Pedalkraftanalyse für einen „runden Tritt“

Das Pedal bildet die Schnittstelle zwischen Mensch und Maschine. Die muskulär erzeugten Kräfte werden hier auf das Fahrrad übertragen, der Abstand zwischen Fußsohle und Pedalachse sollte daher gering sein. Misst man genau an dieser Stelle, so erhält man Informationen über die vom Sportler tatsächlich erzeugten Kräfte.
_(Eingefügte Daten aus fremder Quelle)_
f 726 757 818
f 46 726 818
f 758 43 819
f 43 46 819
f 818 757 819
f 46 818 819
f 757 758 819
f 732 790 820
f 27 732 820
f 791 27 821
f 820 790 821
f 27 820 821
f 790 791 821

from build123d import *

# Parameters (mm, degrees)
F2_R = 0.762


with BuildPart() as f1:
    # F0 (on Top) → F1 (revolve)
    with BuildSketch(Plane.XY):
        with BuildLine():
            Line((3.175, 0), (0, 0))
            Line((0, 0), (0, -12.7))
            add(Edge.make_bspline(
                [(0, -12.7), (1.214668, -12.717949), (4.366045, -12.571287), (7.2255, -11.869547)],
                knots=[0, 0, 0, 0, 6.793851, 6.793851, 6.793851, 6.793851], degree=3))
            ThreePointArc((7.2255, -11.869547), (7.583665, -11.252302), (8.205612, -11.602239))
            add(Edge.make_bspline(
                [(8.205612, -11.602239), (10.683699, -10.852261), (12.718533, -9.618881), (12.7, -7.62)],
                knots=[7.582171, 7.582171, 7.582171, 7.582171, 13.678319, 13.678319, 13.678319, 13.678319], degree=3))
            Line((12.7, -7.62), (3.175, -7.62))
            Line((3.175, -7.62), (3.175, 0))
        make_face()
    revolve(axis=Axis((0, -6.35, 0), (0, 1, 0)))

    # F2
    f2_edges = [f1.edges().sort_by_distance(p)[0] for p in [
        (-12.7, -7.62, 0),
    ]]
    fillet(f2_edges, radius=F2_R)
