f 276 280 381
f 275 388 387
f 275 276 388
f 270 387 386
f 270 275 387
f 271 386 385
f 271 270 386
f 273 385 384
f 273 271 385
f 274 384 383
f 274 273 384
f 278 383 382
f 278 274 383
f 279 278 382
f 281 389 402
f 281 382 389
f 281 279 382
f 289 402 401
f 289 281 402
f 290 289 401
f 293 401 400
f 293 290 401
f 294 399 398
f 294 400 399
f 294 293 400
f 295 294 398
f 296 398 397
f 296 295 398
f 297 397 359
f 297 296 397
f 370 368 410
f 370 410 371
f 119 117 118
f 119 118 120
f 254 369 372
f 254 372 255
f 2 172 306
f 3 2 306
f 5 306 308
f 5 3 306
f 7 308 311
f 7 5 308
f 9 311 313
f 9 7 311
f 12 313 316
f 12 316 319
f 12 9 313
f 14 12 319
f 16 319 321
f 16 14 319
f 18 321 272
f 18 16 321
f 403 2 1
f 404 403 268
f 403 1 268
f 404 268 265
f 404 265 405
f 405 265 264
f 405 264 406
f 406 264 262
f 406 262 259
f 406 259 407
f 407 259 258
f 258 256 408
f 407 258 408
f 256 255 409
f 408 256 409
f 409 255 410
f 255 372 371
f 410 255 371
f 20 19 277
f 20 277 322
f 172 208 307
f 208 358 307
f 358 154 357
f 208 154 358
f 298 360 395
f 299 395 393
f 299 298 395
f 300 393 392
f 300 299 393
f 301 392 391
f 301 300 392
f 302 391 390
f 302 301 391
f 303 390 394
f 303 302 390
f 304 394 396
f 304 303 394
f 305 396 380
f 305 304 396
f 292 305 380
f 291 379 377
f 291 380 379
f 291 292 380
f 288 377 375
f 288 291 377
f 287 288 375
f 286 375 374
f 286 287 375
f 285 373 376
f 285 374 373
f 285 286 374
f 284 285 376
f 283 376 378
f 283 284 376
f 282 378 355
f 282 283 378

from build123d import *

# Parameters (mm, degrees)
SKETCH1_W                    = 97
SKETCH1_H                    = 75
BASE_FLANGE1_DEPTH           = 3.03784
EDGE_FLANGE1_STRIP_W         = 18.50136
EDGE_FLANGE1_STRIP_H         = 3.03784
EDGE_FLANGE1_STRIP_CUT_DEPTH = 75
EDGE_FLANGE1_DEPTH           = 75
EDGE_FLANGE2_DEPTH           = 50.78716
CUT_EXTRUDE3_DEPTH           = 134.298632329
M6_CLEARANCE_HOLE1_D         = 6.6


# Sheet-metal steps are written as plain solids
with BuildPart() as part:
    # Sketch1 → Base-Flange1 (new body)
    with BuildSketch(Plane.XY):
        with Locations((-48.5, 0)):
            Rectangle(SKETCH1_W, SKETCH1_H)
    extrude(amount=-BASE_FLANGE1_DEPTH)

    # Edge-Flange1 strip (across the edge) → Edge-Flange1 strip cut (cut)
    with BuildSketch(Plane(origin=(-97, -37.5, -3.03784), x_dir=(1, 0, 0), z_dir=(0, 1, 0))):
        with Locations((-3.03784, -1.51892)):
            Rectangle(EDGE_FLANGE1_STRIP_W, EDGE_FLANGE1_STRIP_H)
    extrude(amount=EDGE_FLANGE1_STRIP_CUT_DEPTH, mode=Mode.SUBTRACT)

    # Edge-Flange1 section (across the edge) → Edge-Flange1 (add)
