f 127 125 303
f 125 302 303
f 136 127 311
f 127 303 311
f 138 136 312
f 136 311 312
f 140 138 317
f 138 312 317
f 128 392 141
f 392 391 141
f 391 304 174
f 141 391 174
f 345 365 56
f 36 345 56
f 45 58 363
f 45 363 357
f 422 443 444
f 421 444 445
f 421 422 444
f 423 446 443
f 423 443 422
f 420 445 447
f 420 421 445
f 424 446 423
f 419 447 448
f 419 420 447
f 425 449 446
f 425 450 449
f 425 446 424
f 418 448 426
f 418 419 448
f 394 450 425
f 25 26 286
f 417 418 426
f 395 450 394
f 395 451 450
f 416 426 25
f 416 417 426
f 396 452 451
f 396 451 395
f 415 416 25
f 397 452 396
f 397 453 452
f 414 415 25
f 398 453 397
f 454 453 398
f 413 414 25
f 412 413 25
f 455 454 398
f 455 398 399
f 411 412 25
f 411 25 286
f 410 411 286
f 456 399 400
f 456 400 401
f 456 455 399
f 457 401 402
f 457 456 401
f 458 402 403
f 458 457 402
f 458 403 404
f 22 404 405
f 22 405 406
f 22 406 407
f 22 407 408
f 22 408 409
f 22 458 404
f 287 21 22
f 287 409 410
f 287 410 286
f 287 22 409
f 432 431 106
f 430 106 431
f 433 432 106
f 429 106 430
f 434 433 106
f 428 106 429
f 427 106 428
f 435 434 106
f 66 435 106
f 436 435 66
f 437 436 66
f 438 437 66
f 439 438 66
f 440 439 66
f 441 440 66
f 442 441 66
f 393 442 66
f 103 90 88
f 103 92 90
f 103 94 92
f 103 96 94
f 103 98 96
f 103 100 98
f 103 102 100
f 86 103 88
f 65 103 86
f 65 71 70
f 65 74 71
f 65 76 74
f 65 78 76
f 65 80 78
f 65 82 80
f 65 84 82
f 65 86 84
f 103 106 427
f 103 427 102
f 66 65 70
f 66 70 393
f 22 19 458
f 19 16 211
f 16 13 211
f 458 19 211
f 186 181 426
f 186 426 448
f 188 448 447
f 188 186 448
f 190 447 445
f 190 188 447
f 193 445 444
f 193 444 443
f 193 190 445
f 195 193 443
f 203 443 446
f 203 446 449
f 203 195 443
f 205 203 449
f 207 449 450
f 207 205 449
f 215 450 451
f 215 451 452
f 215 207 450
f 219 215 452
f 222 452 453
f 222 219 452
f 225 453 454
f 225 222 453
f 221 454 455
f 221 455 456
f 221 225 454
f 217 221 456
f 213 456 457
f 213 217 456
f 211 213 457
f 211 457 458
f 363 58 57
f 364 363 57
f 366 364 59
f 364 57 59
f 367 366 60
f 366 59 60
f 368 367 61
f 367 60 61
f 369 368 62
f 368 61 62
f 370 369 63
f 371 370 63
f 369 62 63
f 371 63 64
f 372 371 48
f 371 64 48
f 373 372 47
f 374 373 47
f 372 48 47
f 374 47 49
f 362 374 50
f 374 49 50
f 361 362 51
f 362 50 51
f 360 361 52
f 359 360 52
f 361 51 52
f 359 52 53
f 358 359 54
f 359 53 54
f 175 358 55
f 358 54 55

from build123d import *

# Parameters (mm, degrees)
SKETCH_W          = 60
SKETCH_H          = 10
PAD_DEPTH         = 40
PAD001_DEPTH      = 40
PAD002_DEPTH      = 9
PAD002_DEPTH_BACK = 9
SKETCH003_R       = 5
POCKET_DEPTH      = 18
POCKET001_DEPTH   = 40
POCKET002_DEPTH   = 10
Die Kräfte werden dabei in "effektive Kräfte", in die für den Vortrieb des Rades verantwortlichen, und in "ungenutzte Kräfte", die nicht in den Vortrieb umgesetzte, sondern im Material "verpuffende" Leistung, aufgespalten. Dieses System hat Andreas Bruch zusammen mit seinem Kollegen Dr. Björn Stapelfeldt entwickelt und kann es sogar „mobil“ einsetzbar an jedes andere Ergometer montieren.

Die gewonnen Erkenntnisse und ermittelten Messwerte wurden anschließend auf das Triathlonrad übertragen und durch Veränderung am Sattel und am Lenker die Feinabstimmung der neuen individuellen Sitzposition vorgenommen. Der Effekt war enorm und die Bewegungsabläufe waren spürbar lockerer und harmonischer. Ob es langfristig bei exakt diesen Einstellungen bleiben würde, werden schließlich die nächsten knapp 1000 km zeigen. Erst dann, wenn sich die spezifische Muskulatur auch angepasst hat, lässt sich subjektiv einschätzen, ob man sich mit der neuen Sitzposition auch wohlfühlt. Hier gibt es natürlich einen gewissen Spielraum, in dem man dann in den folgenden Trainingseinheiten nachjustiert.

Fazit

Eines steht fest: Mit dieser professionellen Sitzpositionsanalyse kann verhindert werden, dass der Bewegungsablauf gestört wird und es somit zu Beschwerden wie Muskelverkrampfungen der Arme, des Nackens und des Rückens, oder Schmerzen in den Oberschenkeln, Waden und der Achillessehne kommen kann. Manch ein ambitionierter Triathlet oder Radprofi, der von seinem Trainingsrad auf seine anders eingestellte Zeitfahrmaschine gewechselt hat, musste schon mit Sehnenreizungen gerade im Kniegelenk wegen einer minimal anderen Sitzposition bezahlen. Das zeigt die Bedeutung einer richtigen individuellen Sitzposition mit einer optimalen Passform und einer effizienten, ermüdungsfreien Kraftentfaltung für mehr Komfort und Speed in der zweiten Disziplin.